A Clear-Cut Premium Community Wordpress Theme

Lo SPI di Sesto Fiorentino sui campi della legalità

novembre 3rd, 2011 in Le nostre iniziative by Nicoletta Bardossi

Il 19 settembre, con tanta voglia di fare, siamo partiti per Pisa, da dove avevamo il volo per Palermo. Per la prima volta, verso i campi di lavoro a Corleone. A Pisa siamo arrivati in ritardo, perché un ragazzo giovane è finito sotto un treno alle Cascine, ma  per fortuna  era in ritardo anche l’aereo  causa un forte temporale in Sicilia altrimenti l’avremmo perso.

Appena atterrati, abbiamo contattato l’autista che ci doveva portare a Corleone, abbiamo scoperto che non si metteva in moto il pullmino, allora abbiamo pensato che forse non ci volevano…

Nonostante tutti i problemi, nel pomeriggio siamo arrivati a destinazione.

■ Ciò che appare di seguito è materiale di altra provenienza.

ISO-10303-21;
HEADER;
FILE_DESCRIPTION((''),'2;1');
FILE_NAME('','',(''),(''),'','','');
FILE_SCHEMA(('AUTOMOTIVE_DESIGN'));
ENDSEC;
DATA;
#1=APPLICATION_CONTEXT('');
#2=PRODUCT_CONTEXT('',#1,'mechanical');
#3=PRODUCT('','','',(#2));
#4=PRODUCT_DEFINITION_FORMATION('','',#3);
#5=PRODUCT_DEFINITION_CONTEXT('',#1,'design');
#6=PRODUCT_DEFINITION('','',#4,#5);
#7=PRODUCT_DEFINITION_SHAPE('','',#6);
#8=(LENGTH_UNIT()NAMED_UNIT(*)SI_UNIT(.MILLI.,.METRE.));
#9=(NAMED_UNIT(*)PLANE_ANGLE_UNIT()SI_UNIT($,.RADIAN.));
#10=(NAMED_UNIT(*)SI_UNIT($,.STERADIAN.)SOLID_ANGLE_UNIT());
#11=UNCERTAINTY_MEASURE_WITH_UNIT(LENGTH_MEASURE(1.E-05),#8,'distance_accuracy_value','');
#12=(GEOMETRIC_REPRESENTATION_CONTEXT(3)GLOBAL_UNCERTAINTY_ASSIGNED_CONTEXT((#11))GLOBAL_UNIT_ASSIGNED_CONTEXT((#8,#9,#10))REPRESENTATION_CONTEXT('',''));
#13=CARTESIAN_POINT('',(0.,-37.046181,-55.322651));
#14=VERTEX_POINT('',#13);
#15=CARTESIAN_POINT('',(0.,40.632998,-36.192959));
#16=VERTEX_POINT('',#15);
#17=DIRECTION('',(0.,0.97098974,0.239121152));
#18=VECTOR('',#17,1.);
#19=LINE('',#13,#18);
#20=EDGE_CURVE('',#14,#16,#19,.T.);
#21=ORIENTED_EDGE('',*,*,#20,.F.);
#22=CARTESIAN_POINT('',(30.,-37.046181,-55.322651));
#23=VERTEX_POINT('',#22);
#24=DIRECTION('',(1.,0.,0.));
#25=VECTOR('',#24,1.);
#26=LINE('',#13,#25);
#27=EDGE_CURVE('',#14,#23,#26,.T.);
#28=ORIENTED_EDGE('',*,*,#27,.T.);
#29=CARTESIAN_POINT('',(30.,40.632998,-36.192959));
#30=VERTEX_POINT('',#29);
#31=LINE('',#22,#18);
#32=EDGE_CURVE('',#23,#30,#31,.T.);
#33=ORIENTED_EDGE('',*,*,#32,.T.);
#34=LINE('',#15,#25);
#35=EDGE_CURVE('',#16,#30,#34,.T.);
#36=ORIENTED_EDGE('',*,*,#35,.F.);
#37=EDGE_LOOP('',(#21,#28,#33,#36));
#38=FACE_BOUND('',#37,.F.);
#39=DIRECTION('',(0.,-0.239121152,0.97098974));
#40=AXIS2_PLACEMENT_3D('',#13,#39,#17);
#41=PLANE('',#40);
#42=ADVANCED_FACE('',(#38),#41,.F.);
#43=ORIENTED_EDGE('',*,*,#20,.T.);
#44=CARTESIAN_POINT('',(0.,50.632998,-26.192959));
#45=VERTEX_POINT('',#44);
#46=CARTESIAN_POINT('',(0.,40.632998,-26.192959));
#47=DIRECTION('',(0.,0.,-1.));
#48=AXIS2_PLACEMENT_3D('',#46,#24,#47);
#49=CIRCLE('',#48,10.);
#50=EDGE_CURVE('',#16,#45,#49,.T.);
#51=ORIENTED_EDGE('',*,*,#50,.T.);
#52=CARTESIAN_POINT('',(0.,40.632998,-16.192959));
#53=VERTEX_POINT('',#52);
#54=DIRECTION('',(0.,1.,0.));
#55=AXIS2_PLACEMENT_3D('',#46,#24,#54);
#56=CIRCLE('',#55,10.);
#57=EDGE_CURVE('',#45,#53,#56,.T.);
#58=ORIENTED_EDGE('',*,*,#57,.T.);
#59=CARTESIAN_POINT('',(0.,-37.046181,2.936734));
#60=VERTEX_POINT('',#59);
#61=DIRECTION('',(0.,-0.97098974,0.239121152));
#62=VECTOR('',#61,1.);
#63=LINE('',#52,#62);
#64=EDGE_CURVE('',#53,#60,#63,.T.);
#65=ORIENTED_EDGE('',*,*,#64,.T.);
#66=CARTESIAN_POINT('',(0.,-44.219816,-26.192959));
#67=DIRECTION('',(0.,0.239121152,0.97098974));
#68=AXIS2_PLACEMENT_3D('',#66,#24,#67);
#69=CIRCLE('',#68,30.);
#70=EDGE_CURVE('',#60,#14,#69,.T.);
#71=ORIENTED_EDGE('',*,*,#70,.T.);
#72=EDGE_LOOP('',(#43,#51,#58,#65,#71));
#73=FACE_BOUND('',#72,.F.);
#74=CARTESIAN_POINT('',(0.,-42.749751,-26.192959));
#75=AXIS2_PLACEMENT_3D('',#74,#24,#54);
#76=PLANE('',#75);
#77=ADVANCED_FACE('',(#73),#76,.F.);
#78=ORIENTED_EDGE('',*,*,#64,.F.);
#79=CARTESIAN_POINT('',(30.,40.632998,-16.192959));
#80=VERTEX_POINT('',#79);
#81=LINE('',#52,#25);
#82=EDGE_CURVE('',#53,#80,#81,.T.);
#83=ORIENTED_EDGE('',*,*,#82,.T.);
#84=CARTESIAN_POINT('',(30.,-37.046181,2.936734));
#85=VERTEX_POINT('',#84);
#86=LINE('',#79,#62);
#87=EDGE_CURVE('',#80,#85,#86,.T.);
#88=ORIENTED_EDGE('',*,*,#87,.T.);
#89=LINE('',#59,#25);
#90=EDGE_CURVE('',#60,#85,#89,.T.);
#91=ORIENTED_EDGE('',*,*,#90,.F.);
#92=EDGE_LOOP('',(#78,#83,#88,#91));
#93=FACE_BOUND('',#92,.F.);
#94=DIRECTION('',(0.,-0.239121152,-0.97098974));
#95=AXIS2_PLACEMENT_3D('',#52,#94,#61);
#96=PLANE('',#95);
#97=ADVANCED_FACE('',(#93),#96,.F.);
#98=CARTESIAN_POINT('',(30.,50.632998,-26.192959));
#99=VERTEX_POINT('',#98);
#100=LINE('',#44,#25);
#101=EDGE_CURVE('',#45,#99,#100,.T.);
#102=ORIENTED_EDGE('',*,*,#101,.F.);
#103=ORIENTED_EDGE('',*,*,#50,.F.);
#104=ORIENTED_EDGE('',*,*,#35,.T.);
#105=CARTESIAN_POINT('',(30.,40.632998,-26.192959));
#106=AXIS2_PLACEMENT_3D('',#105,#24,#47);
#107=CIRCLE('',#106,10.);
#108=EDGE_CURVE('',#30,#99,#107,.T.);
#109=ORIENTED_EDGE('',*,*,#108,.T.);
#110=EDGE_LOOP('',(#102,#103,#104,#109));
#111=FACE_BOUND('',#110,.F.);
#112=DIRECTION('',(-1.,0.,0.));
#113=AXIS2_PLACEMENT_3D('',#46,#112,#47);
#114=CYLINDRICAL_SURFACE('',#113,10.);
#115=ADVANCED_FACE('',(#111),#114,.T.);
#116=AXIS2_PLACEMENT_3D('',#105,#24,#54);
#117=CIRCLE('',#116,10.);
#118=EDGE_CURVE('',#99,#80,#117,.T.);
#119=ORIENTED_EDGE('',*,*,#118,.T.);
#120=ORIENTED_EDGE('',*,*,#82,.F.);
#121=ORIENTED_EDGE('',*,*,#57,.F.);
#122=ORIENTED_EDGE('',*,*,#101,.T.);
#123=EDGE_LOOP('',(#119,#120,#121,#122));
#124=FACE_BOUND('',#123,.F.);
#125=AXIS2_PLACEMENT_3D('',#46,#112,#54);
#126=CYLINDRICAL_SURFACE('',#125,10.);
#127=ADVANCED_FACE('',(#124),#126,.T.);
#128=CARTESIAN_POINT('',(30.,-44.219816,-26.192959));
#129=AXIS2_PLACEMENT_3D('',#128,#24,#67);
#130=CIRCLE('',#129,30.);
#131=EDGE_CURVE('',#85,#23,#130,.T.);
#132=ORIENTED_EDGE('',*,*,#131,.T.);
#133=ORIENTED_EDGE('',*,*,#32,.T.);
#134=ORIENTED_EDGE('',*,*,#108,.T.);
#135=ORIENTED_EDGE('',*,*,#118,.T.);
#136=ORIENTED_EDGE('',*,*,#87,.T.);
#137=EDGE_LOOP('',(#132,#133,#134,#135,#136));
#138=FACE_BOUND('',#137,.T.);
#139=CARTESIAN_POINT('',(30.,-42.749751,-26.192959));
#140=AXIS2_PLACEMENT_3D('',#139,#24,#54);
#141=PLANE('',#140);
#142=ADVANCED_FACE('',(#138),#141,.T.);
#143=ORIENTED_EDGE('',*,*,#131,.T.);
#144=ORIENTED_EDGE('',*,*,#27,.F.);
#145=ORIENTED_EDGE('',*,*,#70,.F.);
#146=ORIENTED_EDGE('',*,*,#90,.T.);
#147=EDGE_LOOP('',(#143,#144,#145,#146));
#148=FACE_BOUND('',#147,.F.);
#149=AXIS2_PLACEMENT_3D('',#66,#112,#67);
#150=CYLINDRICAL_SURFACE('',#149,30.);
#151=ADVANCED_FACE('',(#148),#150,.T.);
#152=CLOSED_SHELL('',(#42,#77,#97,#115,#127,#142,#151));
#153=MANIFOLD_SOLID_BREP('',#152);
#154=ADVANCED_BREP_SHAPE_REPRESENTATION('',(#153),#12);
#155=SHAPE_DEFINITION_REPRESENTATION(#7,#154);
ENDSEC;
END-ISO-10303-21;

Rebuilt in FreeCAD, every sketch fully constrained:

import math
import FreeCAD as App
import Part
import Sketcher

V = App.Vector
Q = App.Units.Quantity

doc = App.newDocument("Part")
body = doc.addObject("PartDesign::Body", "Body")

sketch1 = doc.addObject("Sketcher::SketchObject", "Sketch")
body.addObject(sketch1)
sketch1.AttachmentSupport = (doc.YZ_Plane, [""])
sketch1.MapMode = "FlatFace"
sketch1.addGeometry(Part.ArcOfCircle(Part.Circle(V(-44, -26, 0), V(0, 0, 1), 30), math.radians(76), math.radians(284)), False)
sketch1.addGeometry(Part.LineSegment(V(-37, -55, 0), V(41, -36, 0)), False)
sketch1.addGeometry(Part.ArcOfCircle(Part.Circle(V(41, -26, 0), V(0, 0, 1), 10), math.radians(-90), math.radians(0)), False)
sketch1.addGeometry(Part.ArcOfCircle(Part.Circle(V(41, -26, 0), V(0, 0, 1), 10), math.radians(0), math.radians(90)), False)
sketch1.addGeometry(Part.LineSegment(V(41, -16, 0), V(-37, 3, 0)), False)
sketch1.addConstraint(Sketcher.Constraint("Tangent", 0, 2, 1, 1))
sketch1.addConstraint(Sketcher.Constraint("Coincident", 1, 2, 2, 1))
sketch1.addConstraint(Sketcher.Constraint("Tangent", 2, 2, 3, 1))
sketch1.addConstraint(Sketcher.Constraint("Coincident", 3, 2, 4, 1))
sketch1.addConstraint(Sketcher.Constraint("Tangent", 4, 2, 0, 1))
sketch1.addConstraint(Sketcher.Constraint("Equal", 2, 3))
sketch1.addConstraint(Sketcher.Constraint("Horizontal", 0, 3, 2, 3))
sketch1.addConstraint(Sketcher.Constraint("Horizontal", 3, 3, 2, 2))
sketch1.addConstraint(Sketcher.Constraint("Vertical", 3, 3, 1, 2))
sketch1.addConstraint(Sketcher.Constraint("Vertical", 1, 2, 3, 2))
sketch1.addConstraint(Sketcher.Constraint("Radius", 0, Q("30 mm")))
sketch1.addConstraint(Sketcher.Constraint("Radius", 2, Q("10 mm")))
sketch1.addConstraint(Sketcher.Constraint("Distance", 1, Q("80 mm")))
sketch1.addConstraint(Sketcher.Constraint("DistanceX", -1, 1, 2, 3, Q("40.632998 mm")))
sketch1.addConstraint(Sketcher.Constraint("DistanceY", 0, 3, -1, 1, Q("26.192959 mm")))
pad1 = doc.addObject("PartDesign::Pad", "Pad")
body.addObject(pad1)
pad1.Profile = sketch1
pad1.Length = 30

doc.recompute()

A cena, ci siamo resi subito conto di cosa vuol dire essere lì con i propri occhi ed orecchi, erano presenti il Sindaco Iannazzo e il suo predecessore per consegnare direttamente la cittadinanza onoraria ai ragazzi della comunità di recupero che ci lasciavano, l’aria che si respirava e i discorsi che si facevano lì, in una casa sequestrata alla mafia, ci sembravano più concreti.

Il giorno dopo  ci siamo spartiti i compiti, fra noi di Sesto e l’amica di Grosseto che completava la squadra dello Spi; chi dava mano in cucina, chi andava a fare la spesa  e chi faceva la lavatrice.

Nei pomeriggi c’era sempre tempo per incontrare qualcuno o andare in qualche paese per cercare di capire meglio la storia della Mafia.

Abbiamo parlato con scrittori, tra i quali Umberto Santino, e con giornalisti (siamo stati pubblicati sul giornale di Sicilia) e Tele Iato.

E venuta a trovarci una delegazione della provincia di Firenze con alcuni tedeschi di Jugendbildungswerk ed insieme a Luciano Silvestri della CGIL e Dino Paternostro, segretario della Camera del Lavoro di Corleone siamo andati a Portella della Ginestra, dove c’erano ad aspettarci tre signori  scampati alla strage per raccontarci la loro esperienza di quel giorno.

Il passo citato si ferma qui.